| What is expected |
From the records below, transcribe only the lines running from the one with "f 299 315 312" through the one with "f 369 338 331". Keep both of those end lines.

| Data extracts |
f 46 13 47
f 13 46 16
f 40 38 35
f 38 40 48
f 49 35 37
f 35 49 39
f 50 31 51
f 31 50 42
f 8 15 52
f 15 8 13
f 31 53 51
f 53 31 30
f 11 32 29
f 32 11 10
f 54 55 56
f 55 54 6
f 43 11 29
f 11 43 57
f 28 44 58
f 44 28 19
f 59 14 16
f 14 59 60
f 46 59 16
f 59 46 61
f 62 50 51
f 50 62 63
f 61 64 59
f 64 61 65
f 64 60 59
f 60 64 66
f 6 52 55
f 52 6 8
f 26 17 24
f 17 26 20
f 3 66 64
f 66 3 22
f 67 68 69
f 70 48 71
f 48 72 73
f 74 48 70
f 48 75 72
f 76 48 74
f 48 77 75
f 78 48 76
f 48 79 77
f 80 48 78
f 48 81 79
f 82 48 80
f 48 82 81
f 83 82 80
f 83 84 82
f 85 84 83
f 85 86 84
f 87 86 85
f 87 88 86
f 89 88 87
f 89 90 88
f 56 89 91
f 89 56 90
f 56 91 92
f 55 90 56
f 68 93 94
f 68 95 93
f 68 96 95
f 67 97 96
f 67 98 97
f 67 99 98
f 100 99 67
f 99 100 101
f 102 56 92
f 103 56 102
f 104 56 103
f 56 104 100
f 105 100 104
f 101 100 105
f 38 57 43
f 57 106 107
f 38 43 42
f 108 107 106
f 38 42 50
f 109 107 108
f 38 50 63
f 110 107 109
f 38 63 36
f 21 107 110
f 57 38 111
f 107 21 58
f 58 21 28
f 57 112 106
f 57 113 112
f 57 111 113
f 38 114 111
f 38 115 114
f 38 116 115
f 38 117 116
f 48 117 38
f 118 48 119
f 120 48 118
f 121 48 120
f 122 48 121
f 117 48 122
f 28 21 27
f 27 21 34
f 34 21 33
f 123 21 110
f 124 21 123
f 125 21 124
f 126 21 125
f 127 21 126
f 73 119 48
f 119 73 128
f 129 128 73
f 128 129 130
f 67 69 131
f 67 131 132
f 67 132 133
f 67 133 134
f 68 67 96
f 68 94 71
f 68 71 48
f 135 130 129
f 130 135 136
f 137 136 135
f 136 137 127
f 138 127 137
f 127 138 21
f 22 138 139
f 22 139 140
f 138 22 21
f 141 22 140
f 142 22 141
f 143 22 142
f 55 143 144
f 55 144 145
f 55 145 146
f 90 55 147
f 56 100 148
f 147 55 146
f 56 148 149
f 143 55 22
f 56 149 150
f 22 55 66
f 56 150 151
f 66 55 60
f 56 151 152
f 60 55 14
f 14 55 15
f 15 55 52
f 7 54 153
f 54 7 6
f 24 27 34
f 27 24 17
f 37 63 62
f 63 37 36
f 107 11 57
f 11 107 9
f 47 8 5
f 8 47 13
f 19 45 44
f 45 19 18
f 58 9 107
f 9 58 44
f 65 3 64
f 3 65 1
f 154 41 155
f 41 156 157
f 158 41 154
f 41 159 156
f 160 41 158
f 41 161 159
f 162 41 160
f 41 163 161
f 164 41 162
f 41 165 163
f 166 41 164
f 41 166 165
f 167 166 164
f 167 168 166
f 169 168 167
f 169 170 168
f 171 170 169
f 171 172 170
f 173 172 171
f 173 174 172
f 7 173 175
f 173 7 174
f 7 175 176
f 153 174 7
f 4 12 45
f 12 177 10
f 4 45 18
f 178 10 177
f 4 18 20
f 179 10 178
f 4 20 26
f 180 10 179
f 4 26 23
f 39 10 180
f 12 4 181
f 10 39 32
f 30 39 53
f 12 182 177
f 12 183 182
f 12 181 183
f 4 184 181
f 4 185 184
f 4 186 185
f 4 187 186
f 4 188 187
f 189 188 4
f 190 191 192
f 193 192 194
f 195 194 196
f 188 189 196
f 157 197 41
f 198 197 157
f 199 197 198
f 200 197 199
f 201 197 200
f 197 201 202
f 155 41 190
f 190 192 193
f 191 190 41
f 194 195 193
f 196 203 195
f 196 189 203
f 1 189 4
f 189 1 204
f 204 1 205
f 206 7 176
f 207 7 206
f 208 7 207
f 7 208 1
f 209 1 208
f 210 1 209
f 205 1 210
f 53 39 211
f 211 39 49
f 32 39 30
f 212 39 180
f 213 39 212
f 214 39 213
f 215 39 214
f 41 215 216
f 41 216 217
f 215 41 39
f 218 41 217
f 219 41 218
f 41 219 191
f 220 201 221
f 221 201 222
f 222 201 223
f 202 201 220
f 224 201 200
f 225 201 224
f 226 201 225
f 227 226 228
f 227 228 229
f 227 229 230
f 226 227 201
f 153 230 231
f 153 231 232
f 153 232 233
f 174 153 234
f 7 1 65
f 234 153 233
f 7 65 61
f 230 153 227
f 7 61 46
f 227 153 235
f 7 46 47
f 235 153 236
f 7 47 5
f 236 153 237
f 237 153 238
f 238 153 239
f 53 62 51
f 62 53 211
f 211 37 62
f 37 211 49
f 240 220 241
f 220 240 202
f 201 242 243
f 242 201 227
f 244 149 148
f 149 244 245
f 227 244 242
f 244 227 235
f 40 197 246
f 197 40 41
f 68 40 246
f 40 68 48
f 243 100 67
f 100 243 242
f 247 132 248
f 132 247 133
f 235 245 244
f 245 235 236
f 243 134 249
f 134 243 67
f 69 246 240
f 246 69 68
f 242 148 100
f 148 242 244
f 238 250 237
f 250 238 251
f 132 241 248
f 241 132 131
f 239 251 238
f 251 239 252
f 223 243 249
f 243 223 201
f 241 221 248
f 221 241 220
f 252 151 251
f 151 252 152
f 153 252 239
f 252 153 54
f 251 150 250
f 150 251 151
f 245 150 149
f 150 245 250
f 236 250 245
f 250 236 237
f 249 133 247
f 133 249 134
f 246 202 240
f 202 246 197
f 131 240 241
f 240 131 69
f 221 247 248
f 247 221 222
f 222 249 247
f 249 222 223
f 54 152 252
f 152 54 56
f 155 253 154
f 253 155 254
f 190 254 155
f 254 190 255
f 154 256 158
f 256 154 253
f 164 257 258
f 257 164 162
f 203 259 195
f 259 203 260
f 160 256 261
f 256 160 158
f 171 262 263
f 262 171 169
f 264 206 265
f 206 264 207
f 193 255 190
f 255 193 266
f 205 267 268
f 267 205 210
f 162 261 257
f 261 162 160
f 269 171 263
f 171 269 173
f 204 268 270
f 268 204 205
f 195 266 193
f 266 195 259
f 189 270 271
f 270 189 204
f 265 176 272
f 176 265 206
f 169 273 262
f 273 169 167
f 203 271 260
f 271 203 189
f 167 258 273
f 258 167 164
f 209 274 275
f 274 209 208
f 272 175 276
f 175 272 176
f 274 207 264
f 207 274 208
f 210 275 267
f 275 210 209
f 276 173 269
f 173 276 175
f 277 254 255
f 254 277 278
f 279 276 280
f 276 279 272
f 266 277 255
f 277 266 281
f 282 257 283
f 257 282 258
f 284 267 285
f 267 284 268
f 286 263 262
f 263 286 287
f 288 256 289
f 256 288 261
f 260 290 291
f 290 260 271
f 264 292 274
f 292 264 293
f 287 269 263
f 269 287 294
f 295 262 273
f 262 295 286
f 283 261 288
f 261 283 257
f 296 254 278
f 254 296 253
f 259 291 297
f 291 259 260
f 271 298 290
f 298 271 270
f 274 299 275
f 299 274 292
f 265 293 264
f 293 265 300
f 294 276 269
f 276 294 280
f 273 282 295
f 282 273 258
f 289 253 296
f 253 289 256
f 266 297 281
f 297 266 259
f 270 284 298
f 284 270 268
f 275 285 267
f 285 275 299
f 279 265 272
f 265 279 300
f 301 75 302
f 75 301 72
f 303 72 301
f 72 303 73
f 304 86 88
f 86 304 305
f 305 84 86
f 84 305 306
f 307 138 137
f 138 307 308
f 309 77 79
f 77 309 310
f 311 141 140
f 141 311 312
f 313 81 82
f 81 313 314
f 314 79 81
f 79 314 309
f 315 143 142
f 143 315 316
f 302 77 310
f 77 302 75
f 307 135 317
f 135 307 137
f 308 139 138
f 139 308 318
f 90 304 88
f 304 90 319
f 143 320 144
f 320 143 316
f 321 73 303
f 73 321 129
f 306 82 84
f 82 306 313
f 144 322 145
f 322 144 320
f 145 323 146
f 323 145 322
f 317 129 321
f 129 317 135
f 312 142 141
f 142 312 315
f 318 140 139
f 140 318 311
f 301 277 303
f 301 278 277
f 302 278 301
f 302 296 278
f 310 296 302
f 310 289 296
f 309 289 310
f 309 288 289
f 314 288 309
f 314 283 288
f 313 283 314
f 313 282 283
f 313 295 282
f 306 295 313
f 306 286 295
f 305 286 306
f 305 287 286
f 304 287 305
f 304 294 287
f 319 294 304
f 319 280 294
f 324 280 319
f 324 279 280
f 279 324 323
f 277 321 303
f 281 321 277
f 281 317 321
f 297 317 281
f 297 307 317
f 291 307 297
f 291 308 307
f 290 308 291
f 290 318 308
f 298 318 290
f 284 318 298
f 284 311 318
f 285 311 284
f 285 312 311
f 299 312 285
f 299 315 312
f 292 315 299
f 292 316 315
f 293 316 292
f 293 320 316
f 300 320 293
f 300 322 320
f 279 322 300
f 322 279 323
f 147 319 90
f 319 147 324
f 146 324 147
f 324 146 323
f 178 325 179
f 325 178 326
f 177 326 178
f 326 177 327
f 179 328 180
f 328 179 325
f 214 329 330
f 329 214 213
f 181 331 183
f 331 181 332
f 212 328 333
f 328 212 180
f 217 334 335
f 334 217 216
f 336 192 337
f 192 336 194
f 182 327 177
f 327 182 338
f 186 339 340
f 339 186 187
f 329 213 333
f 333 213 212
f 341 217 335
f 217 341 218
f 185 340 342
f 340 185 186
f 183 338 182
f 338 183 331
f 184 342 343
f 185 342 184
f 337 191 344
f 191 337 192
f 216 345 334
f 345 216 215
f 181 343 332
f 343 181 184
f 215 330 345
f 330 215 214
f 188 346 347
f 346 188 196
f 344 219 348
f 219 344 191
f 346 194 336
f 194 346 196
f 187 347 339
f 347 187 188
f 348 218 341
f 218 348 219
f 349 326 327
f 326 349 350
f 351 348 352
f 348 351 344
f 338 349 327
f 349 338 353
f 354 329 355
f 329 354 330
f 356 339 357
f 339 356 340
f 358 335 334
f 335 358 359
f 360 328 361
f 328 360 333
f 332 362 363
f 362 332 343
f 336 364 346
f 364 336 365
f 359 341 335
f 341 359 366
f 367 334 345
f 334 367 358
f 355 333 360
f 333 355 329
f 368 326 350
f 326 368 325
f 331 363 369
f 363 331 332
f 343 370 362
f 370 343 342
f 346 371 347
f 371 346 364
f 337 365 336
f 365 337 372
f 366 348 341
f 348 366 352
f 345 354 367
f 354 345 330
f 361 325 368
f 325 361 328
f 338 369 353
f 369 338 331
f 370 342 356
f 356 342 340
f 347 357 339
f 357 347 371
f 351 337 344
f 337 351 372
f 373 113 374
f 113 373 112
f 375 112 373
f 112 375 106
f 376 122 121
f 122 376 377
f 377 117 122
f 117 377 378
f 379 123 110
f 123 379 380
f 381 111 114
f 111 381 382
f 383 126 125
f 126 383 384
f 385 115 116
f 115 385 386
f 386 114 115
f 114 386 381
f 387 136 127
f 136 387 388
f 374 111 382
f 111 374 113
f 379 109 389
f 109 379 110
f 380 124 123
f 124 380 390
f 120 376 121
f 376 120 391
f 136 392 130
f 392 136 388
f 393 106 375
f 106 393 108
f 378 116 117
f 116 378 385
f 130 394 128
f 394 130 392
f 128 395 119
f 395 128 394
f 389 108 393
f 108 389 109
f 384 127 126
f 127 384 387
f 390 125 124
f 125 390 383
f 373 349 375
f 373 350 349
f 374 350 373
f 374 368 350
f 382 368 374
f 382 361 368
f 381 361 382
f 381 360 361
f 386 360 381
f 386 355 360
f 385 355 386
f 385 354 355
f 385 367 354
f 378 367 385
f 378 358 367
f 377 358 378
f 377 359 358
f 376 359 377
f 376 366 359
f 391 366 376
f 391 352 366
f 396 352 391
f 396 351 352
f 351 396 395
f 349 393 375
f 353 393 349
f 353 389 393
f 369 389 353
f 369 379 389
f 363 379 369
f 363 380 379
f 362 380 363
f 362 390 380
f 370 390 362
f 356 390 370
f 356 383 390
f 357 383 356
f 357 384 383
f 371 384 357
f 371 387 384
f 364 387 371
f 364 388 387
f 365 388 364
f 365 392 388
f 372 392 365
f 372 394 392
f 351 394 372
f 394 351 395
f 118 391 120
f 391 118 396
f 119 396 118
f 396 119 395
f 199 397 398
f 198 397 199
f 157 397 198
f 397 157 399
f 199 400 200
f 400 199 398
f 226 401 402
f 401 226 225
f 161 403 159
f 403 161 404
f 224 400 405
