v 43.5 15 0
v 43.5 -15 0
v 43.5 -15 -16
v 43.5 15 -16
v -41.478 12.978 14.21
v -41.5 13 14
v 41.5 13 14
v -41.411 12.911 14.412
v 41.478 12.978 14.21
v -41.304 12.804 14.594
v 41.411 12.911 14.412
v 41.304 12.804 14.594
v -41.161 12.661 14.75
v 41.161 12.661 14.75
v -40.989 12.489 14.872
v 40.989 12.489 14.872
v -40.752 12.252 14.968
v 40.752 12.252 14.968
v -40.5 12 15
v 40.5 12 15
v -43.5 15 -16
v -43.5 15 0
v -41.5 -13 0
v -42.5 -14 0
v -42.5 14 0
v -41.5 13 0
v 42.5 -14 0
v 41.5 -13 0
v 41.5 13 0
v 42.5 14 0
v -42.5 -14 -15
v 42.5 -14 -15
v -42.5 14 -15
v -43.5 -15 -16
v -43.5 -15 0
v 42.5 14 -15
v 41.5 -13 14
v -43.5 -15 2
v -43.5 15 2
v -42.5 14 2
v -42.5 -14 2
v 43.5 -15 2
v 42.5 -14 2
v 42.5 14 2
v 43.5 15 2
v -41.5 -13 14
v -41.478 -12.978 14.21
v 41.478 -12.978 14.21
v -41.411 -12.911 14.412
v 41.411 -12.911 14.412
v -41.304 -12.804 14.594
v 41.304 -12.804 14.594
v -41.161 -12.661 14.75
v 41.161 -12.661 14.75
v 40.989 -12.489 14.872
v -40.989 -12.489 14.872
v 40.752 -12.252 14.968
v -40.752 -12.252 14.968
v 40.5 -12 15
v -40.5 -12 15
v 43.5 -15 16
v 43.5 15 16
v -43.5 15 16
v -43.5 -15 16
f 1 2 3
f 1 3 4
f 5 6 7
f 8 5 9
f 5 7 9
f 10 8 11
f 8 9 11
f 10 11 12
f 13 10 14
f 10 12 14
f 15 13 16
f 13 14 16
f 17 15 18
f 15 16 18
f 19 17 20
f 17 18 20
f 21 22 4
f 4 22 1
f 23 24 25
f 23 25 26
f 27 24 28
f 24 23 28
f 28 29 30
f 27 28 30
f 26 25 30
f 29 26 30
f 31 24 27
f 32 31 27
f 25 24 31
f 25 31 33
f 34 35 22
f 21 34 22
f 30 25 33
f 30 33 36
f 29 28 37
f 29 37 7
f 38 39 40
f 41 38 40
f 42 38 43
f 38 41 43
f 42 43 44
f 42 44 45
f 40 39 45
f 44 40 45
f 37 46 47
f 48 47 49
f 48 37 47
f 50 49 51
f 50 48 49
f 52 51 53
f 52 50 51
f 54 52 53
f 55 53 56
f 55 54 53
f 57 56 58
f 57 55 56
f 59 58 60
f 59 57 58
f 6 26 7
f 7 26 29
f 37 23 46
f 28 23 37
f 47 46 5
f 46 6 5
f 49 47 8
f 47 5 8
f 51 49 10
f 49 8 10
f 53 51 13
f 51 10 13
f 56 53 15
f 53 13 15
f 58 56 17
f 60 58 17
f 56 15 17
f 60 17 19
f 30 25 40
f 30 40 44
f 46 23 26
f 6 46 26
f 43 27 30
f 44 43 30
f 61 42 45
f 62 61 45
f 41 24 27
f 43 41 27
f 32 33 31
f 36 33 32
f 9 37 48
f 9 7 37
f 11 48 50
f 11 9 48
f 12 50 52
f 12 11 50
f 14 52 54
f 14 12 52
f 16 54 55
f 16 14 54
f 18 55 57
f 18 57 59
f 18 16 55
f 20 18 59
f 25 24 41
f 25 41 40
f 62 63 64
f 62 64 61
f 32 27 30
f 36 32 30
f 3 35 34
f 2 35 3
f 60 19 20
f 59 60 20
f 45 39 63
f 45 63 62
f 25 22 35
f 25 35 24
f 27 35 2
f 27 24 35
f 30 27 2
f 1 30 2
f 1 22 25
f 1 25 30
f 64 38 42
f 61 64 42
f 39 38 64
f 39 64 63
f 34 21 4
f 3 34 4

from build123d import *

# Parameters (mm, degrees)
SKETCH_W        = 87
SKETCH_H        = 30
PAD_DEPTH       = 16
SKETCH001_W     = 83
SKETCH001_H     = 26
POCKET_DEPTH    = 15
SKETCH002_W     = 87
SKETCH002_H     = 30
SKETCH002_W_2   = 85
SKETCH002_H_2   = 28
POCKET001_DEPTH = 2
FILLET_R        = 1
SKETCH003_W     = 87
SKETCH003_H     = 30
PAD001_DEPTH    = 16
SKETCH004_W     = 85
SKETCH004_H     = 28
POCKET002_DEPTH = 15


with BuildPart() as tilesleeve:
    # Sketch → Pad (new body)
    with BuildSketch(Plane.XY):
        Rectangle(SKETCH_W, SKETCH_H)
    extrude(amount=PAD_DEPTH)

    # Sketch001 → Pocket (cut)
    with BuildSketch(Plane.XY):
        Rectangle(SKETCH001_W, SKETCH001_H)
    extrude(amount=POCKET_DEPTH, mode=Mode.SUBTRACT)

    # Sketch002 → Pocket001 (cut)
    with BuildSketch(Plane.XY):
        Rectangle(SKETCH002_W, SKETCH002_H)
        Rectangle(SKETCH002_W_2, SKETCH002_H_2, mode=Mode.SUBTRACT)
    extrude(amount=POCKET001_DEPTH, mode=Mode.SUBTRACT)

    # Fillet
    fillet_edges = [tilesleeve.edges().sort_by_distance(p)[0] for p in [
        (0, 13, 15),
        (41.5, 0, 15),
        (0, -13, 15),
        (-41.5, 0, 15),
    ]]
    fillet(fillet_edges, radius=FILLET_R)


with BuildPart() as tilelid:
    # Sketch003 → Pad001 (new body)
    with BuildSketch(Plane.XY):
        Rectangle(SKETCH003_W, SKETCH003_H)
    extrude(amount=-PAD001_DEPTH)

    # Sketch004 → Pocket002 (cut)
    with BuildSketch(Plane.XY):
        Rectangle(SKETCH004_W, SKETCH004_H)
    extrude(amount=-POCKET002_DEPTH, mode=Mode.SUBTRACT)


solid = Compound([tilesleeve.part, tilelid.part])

| Expected output |
f 299 315 312
f 292 315 299
f 292 316 315
f 293 316 292
f 293 320 316
f 300 320 293
f 300 322 320
f 279 322 300
f 322 279 323
f 147 319 90
f 319 147 324
f 146 324 147
f 324 146 323
f 178 325 179
f 325 178 326
f 177 326 178
f 326 177 327
f 179 328 180
f 328 179 325
f 214 329 330
f 329 214 213
f 181 331 183
f 331 181 332
f 212 328 333
f 328 212 180
f 217 334 335
f 334 217 216
f 336 192 337
f 192 336 194
f 182 327 177
f 327 182 338
f 186 339 340
f 339 186 187
f 329 213 333
f 333 213 212
f 341 217 335
f 217 341 218
f 185 340 342
f 340 185 186
f 183 338 182
f 338 183 331
f 184 342 343
f 185 342 184
f 337 191 344
f 191 337 192
f 216 345 334
f 345 216 215
f 181 343 332
f 343 181 184
f 215 330 345
f 330 215 214
f 188 346 347
f 346 188 196
f 344 219 348
f 219 344 191
f 346 194 336
f 194 346 196
f 187 347 339
f 347 187 188
f 348 218 341
f 218 348 219
f 349 326 327
f 326 349 350
f 351 348 352
f 348 351 344
f 338 349 327
f 349 338 353
f 354 329 355
f 329 354 330
f 356 339 357
f 339 356 340
f 358 335 334
f 335 358 359
f 360 328 361
f 328 360 333
f 332 362 363
f 362 332 343
f 336 364 346
f 364 336 365
f 359 341 335
f 341 359 366
f 367 334 345
f 334 367 358
f 355 333 360
f 333 355 329
f 368 326 350
f 326 368 325
f 331 363 369
f 363 331 332
f 343 370 362
f 370 343 342
f 346 371 347
f 371 346 364
f 337 365 336
f 365 337 372
f 366 348 341
f 348 366 352
f 345 354 367
f 354 345 330
f 361 325 368
f 325 361 328
f 338 369 353
f 369 338 331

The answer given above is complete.